Originally Posted by *Kiera09* 
You can be kind and gentle and compassionate while choosing not to let kids walk all over you.

Getting a very little kid a different cup is not letting your kids walk all over you.


----------



## Kiera09 (Sep 2, 2008)

Quote:


Originally Posted by *chfriend* 
The culture I live in doesn't require toddlers to speak to others. The logical consequence of being ignored by someone who is one year old is to wait until they get bigger.

When did I say that I would require a 1yo to speak to others? Or even a toddler????

I didn't!

I think that a 4yo - who is in NO WAY a toddler - should be able to speak to their grandmother. That seems reasonable.

But frankly - if someone tried to speak to my toddler, I would respond on her behalf. Because it would be rude for there to be no response. I would model the appropriate response. I would do that for a child of any age. At some point - it would change from a shy toddler to a rude child. I guess it's up for debate when that happens.
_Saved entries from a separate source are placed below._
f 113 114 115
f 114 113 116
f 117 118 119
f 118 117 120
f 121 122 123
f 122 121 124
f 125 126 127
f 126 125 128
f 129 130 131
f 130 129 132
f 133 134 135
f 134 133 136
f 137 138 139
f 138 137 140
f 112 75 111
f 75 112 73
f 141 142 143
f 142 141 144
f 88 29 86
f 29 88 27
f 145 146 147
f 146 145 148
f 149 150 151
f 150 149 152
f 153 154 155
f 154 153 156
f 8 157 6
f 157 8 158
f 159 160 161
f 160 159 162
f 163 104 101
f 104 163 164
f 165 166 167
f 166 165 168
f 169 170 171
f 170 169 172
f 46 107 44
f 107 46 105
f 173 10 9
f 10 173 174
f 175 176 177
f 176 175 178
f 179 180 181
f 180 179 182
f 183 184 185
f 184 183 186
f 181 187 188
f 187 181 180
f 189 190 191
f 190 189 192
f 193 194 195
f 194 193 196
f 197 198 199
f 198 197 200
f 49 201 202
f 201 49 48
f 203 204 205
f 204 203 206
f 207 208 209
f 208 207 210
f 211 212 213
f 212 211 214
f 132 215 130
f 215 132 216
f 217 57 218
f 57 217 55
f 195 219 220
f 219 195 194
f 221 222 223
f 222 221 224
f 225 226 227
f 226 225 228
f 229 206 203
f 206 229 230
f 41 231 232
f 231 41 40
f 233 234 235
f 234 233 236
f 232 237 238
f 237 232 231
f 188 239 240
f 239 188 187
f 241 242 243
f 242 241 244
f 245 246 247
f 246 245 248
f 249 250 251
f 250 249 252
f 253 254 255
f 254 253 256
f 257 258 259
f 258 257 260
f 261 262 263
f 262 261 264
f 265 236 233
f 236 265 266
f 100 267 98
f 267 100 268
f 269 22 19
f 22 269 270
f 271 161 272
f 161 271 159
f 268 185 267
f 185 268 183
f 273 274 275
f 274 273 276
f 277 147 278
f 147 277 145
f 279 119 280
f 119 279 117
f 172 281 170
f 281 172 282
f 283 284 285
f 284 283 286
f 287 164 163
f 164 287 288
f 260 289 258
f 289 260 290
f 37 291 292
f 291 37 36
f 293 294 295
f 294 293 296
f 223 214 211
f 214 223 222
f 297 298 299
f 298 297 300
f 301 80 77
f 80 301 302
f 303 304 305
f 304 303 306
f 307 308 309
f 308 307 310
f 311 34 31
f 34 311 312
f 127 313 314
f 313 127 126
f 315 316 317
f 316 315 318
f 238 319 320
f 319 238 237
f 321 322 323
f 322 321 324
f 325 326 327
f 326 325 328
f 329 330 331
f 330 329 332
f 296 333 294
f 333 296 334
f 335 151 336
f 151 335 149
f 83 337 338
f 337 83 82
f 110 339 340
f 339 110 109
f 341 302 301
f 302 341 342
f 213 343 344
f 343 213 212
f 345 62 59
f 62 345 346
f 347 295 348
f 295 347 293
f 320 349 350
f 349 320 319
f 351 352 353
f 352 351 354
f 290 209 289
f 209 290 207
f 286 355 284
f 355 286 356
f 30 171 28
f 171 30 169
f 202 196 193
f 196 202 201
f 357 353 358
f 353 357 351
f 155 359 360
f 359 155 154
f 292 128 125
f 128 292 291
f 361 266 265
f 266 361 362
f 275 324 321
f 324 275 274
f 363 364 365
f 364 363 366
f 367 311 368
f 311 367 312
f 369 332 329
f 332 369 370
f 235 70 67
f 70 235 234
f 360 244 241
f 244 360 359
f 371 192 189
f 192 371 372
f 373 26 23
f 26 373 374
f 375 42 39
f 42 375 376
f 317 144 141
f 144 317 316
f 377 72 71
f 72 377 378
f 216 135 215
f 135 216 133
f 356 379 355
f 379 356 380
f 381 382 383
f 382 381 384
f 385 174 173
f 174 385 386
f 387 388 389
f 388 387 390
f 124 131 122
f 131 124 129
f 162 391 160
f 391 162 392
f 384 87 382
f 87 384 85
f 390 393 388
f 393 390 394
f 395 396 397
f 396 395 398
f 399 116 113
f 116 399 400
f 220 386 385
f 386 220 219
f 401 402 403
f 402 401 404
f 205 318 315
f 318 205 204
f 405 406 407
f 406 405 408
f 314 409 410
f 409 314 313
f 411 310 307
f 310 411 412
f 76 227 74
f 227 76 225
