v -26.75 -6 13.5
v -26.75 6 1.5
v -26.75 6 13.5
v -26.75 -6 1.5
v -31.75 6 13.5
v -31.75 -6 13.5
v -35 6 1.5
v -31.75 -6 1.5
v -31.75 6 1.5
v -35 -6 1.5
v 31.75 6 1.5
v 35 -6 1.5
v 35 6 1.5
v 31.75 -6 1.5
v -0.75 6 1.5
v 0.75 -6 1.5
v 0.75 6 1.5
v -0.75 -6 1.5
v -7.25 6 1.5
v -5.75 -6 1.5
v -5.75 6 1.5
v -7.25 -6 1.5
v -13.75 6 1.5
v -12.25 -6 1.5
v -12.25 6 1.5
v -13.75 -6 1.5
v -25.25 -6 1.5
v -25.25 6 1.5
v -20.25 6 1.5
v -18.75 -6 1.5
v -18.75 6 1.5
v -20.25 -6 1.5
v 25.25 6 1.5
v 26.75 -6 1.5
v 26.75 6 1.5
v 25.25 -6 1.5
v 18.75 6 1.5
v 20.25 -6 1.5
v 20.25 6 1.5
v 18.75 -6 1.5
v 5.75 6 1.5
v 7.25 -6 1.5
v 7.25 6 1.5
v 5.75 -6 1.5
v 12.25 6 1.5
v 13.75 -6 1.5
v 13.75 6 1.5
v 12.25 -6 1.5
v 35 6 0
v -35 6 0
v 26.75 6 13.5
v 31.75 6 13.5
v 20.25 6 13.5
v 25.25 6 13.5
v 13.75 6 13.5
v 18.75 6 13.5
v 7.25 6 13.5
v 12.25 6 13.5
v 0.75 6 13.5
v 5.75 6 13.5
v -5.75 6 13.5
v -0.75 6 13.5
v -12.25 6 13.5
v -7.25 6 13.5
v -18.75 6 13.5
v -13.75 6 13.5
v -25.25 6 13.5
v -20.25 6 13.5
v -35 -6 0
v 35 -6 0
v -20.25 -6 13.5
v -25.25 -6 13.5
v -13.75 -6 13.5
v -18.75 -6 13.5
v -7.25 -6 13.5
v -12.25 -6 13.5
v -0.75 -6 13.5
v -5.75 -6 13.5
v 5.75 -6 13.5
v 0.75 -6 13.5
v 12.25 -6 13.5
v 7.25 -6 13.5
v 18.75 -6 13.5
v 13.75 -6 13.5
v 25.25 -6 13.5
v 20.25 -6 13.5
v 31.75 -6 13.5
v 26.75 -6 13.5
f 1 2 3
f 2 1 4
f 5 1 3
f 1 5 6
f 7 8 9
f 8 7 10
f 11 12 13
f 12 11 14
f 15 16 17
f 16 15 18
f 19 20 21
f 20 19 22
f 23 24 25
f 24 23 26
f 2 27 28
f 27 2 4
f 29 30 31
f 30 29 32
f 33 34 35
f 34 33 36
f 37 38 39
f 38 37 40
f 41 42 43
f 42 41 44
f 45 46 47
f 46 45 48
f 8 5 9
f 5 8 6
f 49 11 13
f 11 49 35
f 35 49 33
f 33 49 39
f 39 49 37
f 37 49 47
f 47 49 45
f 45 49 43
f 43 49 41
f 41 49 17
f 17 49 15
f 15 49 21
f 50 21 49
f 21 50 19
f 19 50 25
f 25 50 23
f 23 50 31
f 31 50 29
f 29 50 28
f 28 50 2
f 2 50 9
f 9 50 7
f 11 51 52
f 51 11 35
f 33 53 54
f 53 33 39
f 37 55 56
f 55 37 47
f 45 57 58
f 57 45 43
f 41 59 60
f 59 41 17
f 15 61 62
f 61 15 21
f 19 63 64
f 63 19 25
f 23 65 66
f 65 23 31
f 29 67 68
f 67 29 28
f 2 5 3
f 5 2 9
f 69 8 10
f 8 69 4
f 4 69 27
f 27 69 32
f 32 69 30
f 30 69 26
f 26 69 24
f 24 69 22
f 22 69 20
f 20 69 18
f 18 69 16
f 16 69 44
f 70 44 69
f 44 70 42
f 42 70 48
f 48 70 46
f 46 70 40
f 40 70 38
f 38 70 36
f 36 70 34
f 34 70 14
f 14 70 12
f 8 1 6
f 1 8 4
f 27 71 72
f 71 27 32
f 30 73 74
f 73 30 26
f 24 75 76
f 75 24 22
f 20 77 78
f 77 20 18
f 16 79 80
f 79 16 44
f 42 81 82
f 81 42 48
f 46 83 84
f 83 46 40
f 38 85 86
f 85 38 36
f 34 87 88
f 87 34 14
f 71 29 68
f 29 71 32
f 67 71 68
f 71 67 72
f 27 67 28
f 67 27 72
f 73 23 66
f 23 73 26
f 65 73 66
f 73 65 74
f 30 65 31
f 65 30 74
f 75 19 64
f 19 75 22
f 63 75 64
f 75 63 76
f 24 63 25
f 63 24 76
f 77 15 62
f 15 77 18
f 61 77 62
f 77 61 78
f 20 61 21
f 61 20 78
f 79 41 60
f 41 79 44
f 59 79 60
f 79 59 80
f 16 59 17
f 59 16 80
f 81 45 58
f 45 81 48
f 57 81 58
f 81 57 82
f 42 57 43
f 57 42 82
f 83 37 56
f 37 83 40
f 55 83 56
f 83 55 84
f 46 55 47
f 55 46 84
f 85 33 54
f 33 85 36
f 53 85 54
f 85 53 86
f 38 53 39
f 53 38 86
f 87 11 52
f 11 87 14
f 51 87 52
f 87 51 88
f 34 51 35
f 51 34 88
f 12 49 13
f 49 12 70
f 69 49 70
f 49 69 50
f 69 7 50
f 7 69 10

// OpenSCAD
// 10-well comb for agarose gel casting
// Print orientation: flat on bed, teeth pointing down (-Z)

// ---------- Parameters ----------
plate_t      = 1.5;   // plate thickness (Z)
spine_len    = 70;    // spine length (X)
spine_w      = 12;    // spine width (Y)
tooth_count  = 10;    // number of teeth
tooth_w      = 5.0;   // tooth width (X)
tooth_len    = 12;    // tooth length (Y)
tooth_h      = 12;    // tooth height from plate top (Z)
gap          = 1.5;   // gap between teeth (X)
eps          = 0.5;   // cutter overshoot past faces

$fn = 64;

// ---------- Derived ----------
pitch   = tooth_w + gap;
x0      = -(tooth_count - 1) * pitch / 2;   // first tooth centre (row centred on spine)
reach   = max(eps, tooth_h);                // cutter must pass through the top face

// ---------- Model ----------
union() {
    // Plate with spine
    translate([-spine_len / 2, -spine_w / 2, 0])
        cube([spine_len, spine_w, plate_t]);

    // Teeth hanging from the +Y edge of the spine
    for (i = [0 : tooth_count - 1])
        translate([x0 + i * pitch - tooth_w / 2,
                   spine_w / 2 - tooth_len,
                   plate_t])
            cube([tooth_w, tooth_len, reach]);
}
But it would always be rude for no one to respond. So, if my child can't or won't - then I'll do it for them.


----------



## homeschoolingmama (Jun 15, 2007)

So how would you feel if a creepy person comes up to your child of 4 and says hello. Should your child HAVE to say hello back and step out of their comfort zone?
My 4yo daughter not responding to grandma isn't great. I agree. We just have different ways of getting our children to understand apologizing. We both want the same outcome but go about it different ways.
And if we went by society's standards we would vax, send them to school, not co-sleep...etc.
If someone says hello to my child or wants a kiss..I do not make them. If they are uncomfortable for some reason then I will not make them. Society expects it but society is messed up.


----------



## kalimay (May 25, 2005)

We are talking about a 4 year old on the trampoline right?
OP,
I think if it were me I would talk to my daughter about it again. It is obviously really bothering your mother. I think if it had happened at your house I would let it go but the fact that it was at your mom's house on her trampoline makes me think it would a good idea to talk about respecting your mom's rules at her house. Did she want her to stop jumping for a reason?

Quote:

My in-laws have spoken to my husband about us not letting DD "get her own way". Because of course "she has to learn". What sparked this? DD wanted Grandma to trick-or-treat with her instead of Daddy when she was 3. She went on to have a mini melt down about it so we took a few minutes to work it out with the result being Daddy did not go with us. Oh the horror! We are just the most lenient parents ever!
This example was given early in the thread and I was wondering about how others felt about it. We once had a friend ask us to leave their house shortly after we got there for a playdate because her 3 year old decided she did not want to have a playdate that day. I was pretty shocked but maybe I shouldn't have been.


----------



## Kiera09 (Sep 2, 2008)

Quote:


Originally Posted by *homeschoolingmama* 
So how would you feel if a creepy person comes up to your child of 4 and says hello. Should your child HAVE to say hello back and step out of their comfort zone?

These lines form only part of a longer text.